WHAT THE TASK ASKS – Repeat the stretch of entries below from the line with "v 29 16.9 2.1" through the line with "v 220 18 0.9". Include both ends and add nothing.

DATA PROVIDED –
━━━━━━━━━━━━━━━━━━━━

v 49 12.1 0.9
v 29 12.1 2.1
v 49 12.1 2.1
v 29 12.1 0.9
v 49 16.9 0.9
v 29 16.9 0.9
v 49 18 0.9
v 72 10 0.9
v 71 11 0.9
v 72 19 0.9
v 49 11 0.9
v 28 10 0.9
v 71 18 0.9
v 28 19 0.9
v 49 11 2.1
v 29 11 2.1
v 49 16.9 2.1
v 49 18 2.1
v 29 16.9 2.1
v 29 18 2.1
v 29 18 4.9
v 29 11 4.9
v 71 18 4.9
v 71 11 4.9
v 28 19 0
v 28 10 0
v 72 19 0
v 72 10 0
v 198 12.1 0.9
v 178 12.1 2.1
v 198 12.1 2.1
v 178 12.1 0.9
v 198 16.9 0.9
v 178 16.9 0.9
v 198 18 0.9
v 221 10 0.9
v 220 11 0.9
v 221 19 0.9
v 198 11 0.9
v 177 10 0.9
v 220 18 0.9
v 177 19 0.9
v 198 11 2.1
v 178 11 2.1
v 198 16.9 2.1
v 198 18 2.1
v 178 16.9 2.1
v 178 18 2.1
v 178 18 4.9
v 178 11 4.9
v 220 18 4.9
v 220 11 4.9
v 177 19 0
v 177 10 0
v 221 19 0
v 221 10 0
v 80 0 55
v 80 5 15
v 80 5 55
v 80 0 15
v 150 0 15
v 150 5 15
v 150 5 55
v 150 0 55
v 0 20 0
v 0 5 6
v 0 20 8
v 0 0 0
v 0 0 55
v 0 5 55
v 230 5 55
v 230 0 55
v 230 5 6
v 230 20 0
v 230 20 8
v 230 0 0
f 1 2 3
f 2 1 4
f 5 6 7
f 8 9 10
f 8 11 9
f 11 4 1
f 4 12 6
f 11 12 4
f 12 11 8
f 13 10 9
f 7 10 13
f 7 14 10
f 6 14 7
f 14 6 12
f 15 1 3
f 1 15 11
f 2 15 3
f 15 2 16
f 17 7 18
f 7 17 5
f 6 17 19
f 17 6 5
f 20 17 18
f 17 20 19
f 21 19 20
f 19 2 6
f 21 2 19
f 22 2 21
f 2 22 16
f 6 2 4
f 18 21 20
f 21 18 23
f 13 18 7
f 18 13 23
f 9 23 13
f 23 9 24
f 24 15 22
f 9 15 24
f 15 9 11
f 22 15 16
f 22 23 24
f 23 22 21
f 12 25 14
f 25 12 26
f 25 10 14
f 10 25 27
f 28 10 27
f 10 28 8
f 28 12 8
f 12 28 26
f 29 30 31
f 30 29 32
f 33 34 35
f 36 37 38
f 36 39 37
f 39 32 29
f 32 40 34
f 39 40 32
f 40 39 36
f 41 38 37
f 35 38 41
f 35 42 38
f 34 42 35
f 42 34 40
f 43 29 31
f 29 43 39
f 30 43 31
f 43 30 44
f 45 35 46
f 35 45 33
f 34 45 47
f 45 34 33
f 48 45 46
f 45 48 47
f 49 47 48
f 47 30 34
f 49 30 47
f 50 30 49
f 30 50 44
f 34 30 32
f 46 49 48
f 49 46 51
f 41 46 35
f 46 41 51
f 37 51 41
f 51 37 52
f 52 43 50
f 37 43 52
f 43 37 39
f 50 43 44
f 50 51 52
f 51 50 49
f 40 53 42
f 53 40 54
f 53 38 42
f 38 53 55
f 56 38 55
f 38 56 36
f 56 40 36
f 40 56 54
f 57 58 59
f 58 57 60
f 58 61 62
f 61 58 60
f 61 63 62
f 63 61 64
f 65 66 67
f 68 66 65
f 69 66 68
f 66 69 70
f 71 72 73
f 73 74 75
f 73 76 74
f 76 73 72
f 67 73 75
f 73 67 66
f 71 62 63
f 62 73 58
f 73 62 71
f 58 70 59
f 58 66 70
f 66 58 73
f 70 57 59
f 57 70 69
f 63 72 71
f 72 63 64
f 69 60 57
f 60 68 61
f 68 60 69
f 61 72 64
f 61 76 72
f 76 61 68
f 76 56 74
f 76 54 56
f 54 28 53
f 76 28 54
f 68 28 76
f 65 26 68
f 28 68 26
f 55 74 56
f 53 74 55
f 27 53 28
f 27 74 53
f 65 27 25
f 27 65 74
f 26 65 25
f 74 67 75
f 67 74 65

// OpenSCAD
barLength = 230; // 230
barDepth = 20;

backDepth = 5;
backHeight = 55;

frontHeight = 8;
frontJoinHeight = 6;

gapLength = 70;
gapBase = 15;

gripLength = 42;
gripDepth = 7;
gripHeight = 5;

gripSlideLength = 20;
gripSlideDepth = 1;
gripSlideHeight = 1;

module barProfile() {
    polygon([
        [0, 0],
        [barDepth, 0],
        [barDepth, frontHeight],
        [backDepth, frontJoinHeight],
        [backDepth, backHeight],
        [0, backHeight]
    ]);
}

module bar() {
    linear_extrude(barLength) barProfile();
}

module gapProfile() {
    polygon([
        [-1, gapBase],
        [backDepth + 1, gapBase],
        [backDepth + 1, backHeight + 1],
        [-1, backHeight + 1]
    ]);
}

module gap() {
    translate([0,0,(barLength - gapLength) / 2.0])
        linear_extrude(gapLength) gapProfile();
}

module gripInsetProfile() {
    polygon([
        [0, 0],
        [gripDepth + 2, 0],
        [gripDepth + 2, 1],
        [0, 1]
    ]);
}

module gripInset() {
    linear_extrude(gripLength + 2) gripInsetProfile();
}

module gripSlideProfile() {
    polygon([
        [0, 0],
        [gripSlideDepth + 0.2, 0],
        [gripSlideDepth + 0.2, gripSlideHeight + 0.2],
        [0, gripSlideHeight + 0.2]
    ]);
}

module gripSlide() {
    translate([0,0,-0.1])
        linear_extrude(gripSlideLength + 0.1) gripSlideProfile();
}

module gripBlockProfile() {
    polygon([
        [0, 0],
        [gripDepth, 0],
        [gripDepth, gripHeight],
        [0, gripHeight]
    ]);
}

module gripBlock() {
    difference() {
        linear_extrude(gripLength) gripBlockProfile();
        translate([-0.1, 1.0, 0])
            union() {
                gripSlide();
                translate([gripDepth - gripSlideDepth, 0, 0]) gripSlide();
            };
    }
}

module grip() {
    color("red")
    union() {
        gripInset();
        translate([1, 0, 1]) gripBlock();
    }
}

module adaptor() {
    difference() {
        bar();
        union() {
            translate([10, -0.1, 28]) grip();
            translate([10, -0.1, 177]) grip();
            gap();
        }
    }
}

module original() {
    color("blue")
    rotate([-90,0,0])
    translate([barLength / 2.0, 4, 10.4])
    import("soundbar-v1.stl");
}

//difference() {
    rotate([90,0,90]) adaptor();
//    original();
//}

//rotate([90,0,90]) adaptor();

━━━━━━━━━━━━━━━━━━━━

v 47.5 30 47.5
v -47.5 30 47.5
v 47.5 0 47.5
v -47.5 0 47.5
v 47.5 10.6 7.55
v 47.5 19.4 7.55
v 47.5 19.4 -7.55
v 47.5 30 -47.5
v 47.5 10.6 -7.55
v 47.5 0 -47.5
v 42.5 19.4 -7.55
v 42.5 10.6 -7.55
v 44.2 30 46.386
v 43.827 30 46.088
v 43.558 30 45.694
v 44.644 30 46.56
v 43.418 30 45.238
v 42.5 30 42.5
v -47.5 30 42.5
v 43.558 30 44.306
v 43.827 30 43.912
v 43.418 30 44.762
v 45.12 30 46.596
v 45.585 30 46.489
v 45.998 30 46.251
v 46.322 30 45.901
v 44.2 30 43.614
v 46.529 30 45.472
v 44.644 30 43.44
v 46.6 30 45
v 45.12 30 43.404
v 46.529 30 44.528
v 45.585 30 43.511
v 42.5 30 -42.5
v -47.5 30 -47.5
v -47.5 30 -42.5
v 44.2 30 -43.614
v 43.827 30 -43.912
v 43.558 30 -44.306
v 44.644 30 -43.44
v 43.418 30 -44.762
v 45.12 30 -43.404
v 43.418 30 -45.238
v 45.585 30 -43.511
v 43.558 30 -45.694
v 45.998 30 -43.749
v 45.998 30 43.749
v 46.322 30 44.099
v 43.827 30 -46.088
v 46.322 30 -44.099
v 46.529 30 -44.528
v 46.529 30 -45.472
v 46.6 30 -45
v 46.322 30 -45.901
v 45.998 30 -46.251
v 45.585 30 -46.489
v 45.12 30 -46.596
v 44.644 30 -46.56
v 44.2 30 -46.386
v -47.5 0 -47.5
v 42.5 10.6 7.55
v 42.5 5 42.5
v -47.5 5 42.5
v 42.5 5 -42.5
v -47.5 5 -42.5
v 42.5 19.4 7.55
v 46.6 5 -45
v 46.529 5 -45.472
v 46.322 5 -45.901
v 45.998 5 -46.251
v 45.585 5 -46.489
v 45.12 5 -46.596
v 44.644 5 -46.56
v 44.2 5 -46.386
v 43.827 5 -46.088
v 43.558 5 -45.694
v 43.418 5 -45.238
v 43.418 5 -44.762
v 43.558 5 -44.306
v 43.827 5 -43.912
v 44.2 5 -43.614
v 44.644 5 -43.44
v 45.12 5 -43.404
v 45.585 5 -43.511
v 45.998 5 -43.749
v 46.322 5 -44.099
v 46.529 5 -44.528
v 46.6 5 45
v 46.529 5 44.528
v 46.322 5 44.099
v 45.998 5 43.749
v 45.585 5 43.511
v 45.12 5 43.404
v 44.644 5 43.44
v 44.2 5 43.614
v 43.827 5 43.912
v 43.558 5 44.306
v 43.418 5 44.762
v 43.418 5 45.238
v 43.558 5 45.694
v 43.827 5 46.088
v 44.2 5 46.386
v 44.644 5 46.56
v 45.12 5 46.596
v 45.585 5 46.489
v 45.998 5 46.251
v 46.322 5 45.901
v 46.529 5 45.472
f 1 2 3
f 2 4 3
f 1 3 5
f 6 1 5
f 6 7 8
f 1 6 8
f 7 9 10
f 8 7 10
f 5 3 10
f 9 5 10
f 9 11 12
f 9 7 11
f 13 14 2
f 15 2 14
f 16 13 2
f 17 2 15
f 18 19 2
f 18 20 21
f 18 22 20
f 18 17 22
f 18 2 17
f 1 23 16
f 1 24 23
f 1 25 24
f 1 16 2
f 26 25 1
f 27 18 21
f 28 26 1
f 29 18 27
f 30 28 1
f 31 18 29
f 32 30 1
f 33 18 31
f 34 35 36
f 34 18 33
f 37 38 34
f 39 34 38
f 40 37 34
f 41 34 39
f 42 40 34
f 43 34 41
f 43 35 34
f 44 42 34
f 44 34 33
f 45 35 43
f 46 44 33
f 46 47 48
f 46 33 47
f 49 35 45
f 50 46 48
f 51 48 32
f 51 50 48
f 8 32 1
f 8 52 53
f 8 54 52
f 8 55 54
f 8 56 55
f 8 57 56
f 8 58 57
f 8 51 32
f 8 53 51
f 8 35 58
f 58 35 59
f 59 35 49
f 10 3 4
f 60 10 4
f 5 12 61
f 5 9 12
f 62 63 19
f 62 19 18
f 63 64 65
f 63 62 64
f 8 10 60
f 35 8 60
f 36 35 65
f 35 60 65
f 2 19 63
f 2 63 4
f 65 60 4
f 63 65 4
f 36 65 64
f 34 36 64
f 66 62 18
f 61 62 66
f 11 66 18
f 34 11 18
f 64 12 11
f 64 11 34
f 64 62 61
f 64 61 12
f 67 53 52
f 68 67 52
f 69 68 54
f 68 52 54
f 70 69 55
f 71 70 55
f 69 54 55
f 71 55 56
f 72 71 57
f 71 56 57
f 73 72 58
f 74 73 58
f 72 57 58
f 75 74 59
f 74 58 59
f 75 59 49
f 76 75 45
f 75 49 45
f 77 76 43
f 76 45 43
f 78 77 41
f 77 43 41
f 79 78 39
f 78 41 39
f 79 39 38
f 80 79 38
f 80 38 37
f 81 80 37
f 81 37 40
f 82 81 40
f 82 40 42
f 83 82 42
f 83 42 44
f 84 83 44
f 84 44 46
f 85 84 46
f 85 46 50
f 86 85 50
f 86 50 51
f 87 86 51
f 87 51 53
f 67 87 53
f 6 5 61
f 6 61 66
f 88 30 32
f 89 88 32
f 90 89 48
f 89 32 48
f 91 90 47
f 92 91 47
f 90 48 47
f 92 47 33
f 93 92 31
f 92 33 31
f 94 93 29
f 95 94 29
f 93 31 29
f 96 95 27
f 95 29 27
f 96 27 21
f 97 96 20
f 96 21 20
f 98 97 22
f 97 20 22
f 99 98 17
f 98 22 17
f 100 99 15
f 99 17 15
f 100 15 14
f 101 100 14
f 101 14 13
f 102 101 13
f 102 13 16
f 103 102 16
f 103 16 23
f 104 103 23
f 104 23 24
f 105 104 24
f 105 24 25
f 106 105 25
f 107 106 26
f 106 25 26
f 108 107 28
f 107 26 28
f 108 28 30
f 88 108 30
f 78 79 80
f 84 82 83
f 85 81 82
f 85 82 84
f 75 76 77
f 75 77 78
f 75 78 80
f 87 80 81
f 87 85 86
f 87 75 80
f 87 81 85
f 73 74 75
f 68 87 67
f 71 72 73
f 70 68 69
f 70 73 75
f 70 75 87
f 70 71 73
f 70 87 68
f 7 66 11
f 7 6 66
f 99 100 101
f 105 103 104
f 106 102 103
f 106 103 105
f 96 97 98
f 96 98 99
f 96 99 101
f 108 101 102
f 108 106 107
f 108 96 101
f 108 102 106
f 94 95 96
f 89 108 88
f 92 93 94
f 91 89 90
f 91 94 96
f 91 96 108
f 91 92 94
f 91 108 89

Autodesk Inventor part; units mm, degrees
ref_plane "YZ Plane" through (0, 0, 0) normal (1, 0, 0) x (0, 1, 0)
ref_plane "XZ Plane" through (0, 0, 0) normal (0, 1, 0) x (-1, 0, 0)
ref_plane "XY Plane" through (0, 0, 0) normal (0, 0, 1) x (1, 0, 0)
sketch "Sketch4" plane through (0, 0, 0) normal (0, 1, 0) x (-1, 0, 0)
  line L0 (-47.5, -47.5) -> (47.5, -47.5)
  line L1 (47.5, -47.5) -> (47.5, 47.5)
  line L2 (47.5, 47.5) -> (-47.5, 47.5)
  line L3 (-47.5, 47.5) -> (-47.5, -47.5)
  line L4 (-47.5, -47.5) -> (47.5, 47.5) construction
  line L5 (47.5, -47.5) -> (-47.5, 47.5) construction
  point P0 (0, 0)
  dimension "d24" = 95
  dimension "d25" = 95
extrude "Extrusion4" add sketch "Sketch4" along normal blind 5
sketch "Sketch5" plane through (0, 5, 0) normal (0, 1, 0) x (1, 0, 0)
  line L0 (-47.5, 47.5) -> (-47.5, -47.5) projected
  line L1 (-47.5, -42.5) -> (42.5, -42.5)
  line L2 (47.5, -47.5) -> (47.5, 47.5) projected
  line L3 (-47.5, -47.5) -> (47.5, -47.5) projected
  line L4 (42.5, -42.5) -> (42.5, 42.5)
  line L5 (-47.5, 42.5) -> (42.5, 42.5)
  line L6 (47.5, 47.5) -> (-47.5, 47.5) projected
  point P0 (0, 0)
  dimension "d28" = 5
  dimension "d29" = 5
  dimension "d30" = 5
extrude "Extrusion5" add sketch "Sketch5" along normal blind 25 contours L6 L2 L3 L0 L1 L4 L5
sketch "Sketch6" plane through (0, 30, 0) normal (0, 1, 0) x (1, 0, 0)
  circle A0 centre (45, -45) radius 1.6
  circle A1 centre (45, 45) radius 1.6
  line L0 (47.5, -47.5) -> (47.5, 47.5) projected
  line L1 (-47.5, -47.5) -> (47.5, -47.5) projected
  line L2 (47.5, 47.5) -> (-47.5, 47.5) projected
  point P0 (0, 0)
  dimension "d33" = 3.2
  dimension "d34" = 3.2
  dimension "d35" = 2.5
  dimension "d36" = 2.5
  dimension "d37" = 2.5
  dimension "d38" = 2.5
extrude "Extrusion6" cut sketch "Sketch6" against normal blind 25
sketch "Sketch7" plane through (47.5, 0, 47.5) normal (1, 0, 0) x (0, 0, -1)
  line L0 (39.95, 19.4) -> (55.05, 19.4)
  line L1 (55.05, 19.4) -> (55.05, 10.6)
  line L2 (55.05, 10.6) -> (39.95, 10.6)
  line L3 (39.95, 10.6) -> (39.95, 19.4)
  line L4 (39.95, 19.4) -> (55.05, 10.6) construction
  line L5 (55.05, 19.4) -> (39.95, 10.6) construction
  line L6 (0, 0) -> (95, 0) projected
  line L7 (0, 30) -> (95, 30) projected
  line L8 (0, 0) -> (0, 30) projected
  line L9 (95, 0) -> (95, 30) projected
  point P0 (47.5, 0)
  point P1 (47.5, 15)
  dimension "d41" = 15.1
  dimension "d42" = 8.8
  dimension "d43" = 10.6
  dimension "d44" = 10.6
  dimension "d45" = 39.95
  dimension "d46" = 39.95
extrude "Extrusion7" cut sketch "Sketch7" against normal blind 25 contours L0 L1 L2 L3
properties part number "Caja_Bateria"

━━━━━━━━━━━━━━━━━━━━

RESULT OF THE TASK –
v 29 16.9 2.1
v 29 18 2.1
v 29 18 4.9
v 29 11 4.9
v 71 18 4.9
v 71 11 4.9
v 28 19 0
v 28 10 0
v 72 19 0
v 72 10 0
v 198 12.1 0.9
v 178 12.1 2.1
v 198 12.1 2.1
v 178 12.1 0.9
v 198 16.9 0.9
v 178 16.9 0.9
v 198 18 0.9
v 221 10 0.9
v 220 11 0.9
v 221 19 0.9
v 198 11 0.9
v 177 10 0.9
v 220 18 0.9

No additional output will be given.